Should I use Drools in this situation?

Tong Wang picture Tong Wang · Feb 16, 2010 · Viewed 8.7k times · Source

I'll use a university's library system to explain my use case. Students register in the library system and provide their profile: gender, age, department, previously completed courses, currently registered courses, books already borrowed, etc. Each book in the library system will define some borrowing rules based on students' profile, for example, a textbook for the computer algorithm can only be borrowed by students currently registered with that class; another textbook may only be borrowed by students in the math department; there could also be rules such that students can only borrow 2 computer networking book at most. As a result of the borrowing rules, when a student searches/browses in the library system, he will only see the books that can be borrowed by him. So, the requirement really comes down to the line of efficiently generating the list of books that a student is eligible to borrow.

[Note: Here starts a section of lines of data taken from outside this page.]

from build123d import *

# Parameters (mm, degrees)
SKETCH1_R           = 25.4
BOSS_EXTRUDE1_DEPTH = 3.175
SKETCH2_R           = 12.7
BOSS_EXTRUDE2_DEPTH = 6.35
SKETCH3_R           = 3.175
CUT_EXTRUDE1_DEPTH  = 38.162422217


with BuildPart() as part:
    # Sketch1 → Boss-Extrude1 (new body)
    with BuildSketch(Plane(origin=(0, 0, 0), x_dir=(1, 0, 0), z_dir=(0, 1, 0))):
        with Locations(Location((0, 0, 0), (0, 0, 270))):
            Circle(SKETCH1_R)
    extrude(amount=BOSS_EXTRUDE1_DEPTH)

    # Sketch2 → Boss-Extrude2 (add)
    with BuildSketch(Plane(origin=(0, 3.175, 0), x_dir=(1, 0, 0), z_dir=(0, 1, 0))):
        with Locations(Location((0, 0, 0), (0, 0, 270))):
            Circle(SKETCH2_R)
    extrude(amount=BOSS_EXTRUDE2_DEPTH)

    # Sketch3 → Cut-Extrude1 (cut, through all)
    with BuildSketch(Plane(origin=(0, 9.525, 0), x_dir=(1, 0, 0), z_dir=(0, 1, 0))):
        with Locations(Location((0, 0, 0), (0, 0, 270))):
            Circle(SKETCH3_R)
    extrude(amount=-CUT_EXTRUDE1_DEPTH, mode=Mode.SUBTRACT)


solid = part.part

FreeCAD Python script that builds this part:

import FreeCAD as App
import Part
import Sketcher
Q = App.Units.Quantity

doc = App.newDocument("Part")
body = doc.addObject("PartDesign::Body", "Body")

sketch1 = body.newObject("Sketcher::SketchObject", "Sketch")
sketch1.AttachmentSupport = (doc.getObject("XZ_Plane"), [""])
sketch1.MapMode = "FlatFace"
sketch1.addGeometry(Part.Circle(App.Vector(0, 0, 0), App.Vector(0, 0, 1), 25.4), False)
sketch1.addConstraint([
    Sketcher.Constraint("Coincident", 0, 3, -1, 1),
    Sketcher.Constraint("Diameter", 0, Q("2 in")),
])
pad1 = body.newObject("PartDesign::Pad", "Pad")
pad1.Profile = sketch1
pad1.Length = Q("0.125 in")
pad1.Reversed = True

sketch2 = body.newObject("Sketcher::SketchObject", "Sketch001")
sketch2.AttachmentSupport = (doc.getObject("XZ_Plane"), [""])
sketch2.MapMode = "FlatFace"
sketch2.AttachmentOffset = App.Placement(App.Vector(0, 0, -0.125 * 25.4), App.Rotation())
sketch2.addGeometry(Part.Circle(App.Vector(0, 0, 0), App.Vector(0, 0, 1), 12.7), False)
sketch2.addConstraint([
    Sketcher.Constraint("Coincident", 0, 3, -1, 1),
    Sketcher.Constraint("Diameter", 0, Q("1 in")),
])
pad2 = body.newObject("PartDesign::Pad", "Pad001")
pad2.Profile = sketch2
pad2.Length = Q("0.25 in")
pad2.Reversed = True

sketch3 = body.newObject("Sketcher::SketchObject", "Sketch002")
sketch3.AttachmentSupport = (doc.getObject("XZ_Plane"), [""])
sketch3.MapMode = "FlatFace"
sketch3.AttachmentOffset = App.Placement(App.Vector(0, 0, -0.375 * 25.4), App.Rotation())
sketch3.addGeometry(Part.Circle(App.Vector(0, 0, 0), App.Vector(0, 0, 1), 3.175), False)
sketch3.addConstraint([
    Sketcher.Constraint("Coincident", 0, 3, -1, 1),
    Sketcher.Constraint("Diameter", 0, Q("0.25 in")),
])
pocket1 = body.newObject("PartDesign::Pocket", "Pocket")
pocket1.Profile = sketch3
pocket1.Type = "ThroughAll"
pocket1.Reversed = True

doc.recompute()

Here is how I vision the design using Drools - each book will have a rule with a few field constraints on the student profile as LHS, the RHS of the book rule simply adds the book id to a global result list, then all the book rules are loaded into a RuleBase. When a student searches/browsers the library system, a stateless session is created from the RuleBase and the student's profile is asserted as the fact, then every book that the student can borrow will fire its book rule and you get the complete list of books that the students can borrow in the global result list.

A few assumptions: the library will handle millions of books; I don't expect the book rule be too complicated, 3 simple field constraints for each rule on average at the most; the number of students that the system needs to handle is in the range of 100K, so the load is fairly heavy. My questions are: how much memory will Drools take if loaded with a million book rules? How fast will it be for all those million rules to fire? If Drools is the right fit, I'd like to hear some best practices in designing such a system from you experienced users. Thanks.

Answer

Michael Deardeuff picture Michael Deardeuff · Feb 17, 2010

First, Don't make rules for every book. Make rules on the restrictions—there are a lot fewer restrictions defined than books. This will make a huge impact on the running time and memory usage.

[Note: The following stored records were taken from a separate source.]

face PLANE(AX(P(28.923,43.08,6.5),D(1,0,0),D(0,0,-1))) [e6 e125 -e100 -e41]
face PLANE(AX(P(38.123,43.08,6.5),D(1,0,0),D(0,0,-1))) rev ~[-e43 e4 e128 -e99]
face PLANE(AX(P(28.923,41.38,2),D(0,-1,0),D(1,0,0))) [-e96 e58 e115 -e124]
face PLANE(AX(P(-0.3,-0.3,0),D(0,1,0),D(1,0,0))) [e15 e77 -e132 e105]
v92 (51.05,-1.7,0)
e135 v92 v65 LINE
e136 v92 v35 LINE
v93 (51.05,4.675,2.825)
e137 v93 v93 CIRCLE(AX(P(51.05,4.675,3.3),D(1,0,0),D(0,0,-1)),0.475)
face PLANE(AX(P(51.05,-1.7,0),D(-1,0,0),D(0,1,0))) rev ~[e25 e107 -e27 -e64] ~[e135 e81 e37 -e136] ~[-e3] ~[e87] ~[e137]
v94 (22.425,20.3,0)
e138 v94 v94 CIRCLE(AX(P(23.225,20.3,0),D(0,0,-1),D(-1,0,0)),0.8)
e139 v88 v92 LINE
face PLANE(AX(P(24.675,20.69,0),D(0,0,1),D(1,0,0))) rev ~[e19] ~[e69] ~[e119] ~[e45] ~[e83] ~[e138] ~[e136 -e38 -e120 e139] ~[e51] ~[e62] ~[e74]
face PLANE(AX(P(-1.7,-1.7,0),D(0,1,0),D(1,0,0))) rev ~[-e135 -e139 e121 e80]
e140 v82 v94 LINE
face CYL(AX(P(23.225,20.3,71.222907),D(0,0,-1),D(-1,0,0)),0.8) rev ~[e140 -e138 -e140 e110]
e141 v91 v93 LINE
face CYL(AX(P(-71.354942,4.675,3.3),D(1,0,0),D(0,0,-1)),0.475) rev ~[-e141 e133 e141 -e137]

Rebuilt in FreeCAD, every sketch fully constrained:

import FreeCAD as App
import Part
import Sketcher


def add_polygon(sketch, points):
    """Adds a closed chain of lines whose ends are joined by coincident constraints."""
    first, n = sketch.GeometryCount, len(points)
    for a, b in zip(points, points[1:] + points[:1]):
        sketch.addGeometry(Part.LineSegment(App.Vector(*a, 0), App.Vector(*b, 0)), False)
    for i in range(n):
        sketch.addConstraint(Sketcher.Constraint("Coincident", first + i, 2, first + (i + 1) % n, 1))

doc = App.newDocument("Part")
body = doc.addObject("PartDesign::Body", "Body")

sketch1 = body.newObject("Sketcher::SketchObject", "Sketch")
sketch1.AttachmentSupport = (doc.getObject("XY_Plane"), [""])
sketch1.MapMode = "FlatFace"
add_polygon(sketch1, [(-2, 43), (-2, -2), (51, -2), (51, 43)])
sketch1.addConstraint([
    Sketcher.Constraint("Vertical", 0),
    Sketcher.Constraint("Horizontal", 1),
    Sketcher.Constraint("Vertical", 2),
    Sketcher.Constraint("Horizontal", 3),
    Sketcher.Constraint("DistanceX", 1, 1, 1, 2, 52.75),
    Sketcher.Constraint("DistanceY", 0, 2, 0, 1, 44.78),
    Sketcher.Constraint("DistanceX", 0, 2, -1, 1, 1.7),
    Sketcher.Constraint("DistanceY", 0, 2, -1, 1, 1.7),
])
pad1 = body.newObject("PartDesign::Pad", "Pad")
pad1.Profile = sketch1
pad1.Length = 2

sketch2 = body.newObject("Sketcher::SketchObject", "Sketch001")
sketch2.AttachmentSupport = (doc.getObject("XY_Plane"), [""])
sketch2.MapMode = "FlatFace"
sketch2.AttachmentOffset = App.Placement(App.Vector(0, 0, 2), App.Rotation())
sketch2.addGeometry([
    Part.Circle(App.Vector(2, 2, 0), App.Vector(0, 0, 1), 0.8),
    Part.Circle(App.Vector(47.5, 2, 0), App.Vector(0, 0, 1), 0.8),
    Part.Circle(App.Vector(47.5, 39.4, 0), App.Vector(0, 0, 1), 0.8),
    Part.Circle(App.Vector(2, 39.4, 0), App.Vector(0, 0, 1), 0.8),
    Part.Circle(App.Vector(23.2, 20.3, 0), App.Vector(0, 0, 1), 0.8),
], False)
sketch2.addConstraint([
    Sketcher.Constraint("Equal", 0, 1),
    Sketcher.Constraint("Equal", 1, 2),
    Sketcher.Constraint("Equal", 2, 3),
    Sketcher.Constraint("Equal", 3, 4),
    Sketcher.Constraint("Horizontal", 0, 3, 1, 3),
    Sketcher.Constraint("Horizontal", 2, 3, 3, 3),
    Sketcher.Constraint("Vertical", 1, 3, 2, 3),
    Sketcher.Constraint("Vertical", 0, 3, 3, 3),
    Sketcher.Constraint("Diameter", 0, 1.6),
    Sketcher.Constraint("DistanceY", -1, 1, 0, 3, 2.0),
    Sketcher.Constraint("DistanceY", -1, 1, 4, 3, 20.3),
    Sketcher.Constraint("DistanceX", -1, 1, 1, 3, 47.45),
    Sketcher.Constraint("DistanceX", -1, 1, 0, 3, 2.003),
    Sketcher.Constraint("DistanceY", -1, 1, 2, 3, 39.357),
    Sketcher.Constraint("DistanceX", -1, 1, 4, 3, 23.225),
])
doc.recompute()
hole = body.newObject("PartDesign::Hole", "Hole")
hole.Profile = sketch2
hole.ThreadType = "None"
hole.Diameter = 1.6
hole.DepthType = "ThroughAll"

Running a ton of books through the rule engine is going to be expensive. Especially since you won't show all the results to the user: only 10-50 per page. One idea that comes to mind is to use the rule engine to build a set of query criteria. (I wouldn't actually do this—see below.)

Here's what I have in mind:

rule "Only two books for networking"
when
  Student($checkedOutBooks : checkedOutBooks),
  Book(subjects contains "networking", $book1 : id) from $checkedOutBooks,
  Book(subjects contains "networking", id != $book1) from $checkedOutBooks
then
  criteria.add("subject is not 'networking'", PRIORITY.LOW);
end

rule "Books allowed for course"
when
  $course : Course($textbooks : textbooks),
  Student(enrolledCourses contains $course)

  Book($book : id) from $textbooks,
then
  criteria.add("book_id = " + $book, PRIORITY.HIGH);
end

But I wouldn't actually do that!

This is how I would have changed the problem: Not showing the books to the user is a poor experience. A user may want to peruse the books to see which books to get next time. Show the books, but disallow the checkout of restricted books. This way, you only have 1-50 books to run through the rules at a time per user. This will be pretty zippy. The above rules would become:

rule "Allowed for course"
   activation-group "Only one rule is fired"
   salience 10000
when
  // This book is about to be displayed on the page, hence inserted into working memory
  $book : Book(),

  $course : Course(textbooks contains $book),
  Student(enrolledCourses contains $course),
then
  //Do nothing, allow the book
end

rule "Only two books for networking"
   activation-group "Only one rule is fired"
   salience 100
when
  Student($checkedOutBooks : checkedOutBooks),
  Book(subjects contains "networking", $book1 : id) from $checkedOutBooks,
  Book(subjects contains "networking", id != $book1) from $checkedOutBooks,

  // This book is about to be displayed on the page, hence inserted into working memory.
  $book : Book(subjects contains "networking")
then
  disallowedForCheckout.put($book, "Cannot have more than two networking books");
end

Where I am using activation-group to make sure only one rule is fired, and salience to make sure they are fired in the order I want them to be.

Finally, keep the rules cached. Drools allows—and suggests that—you load the rules only once into a knowledge base and then create sessions from that. Knowledge bases are expensive, sessions are cheap.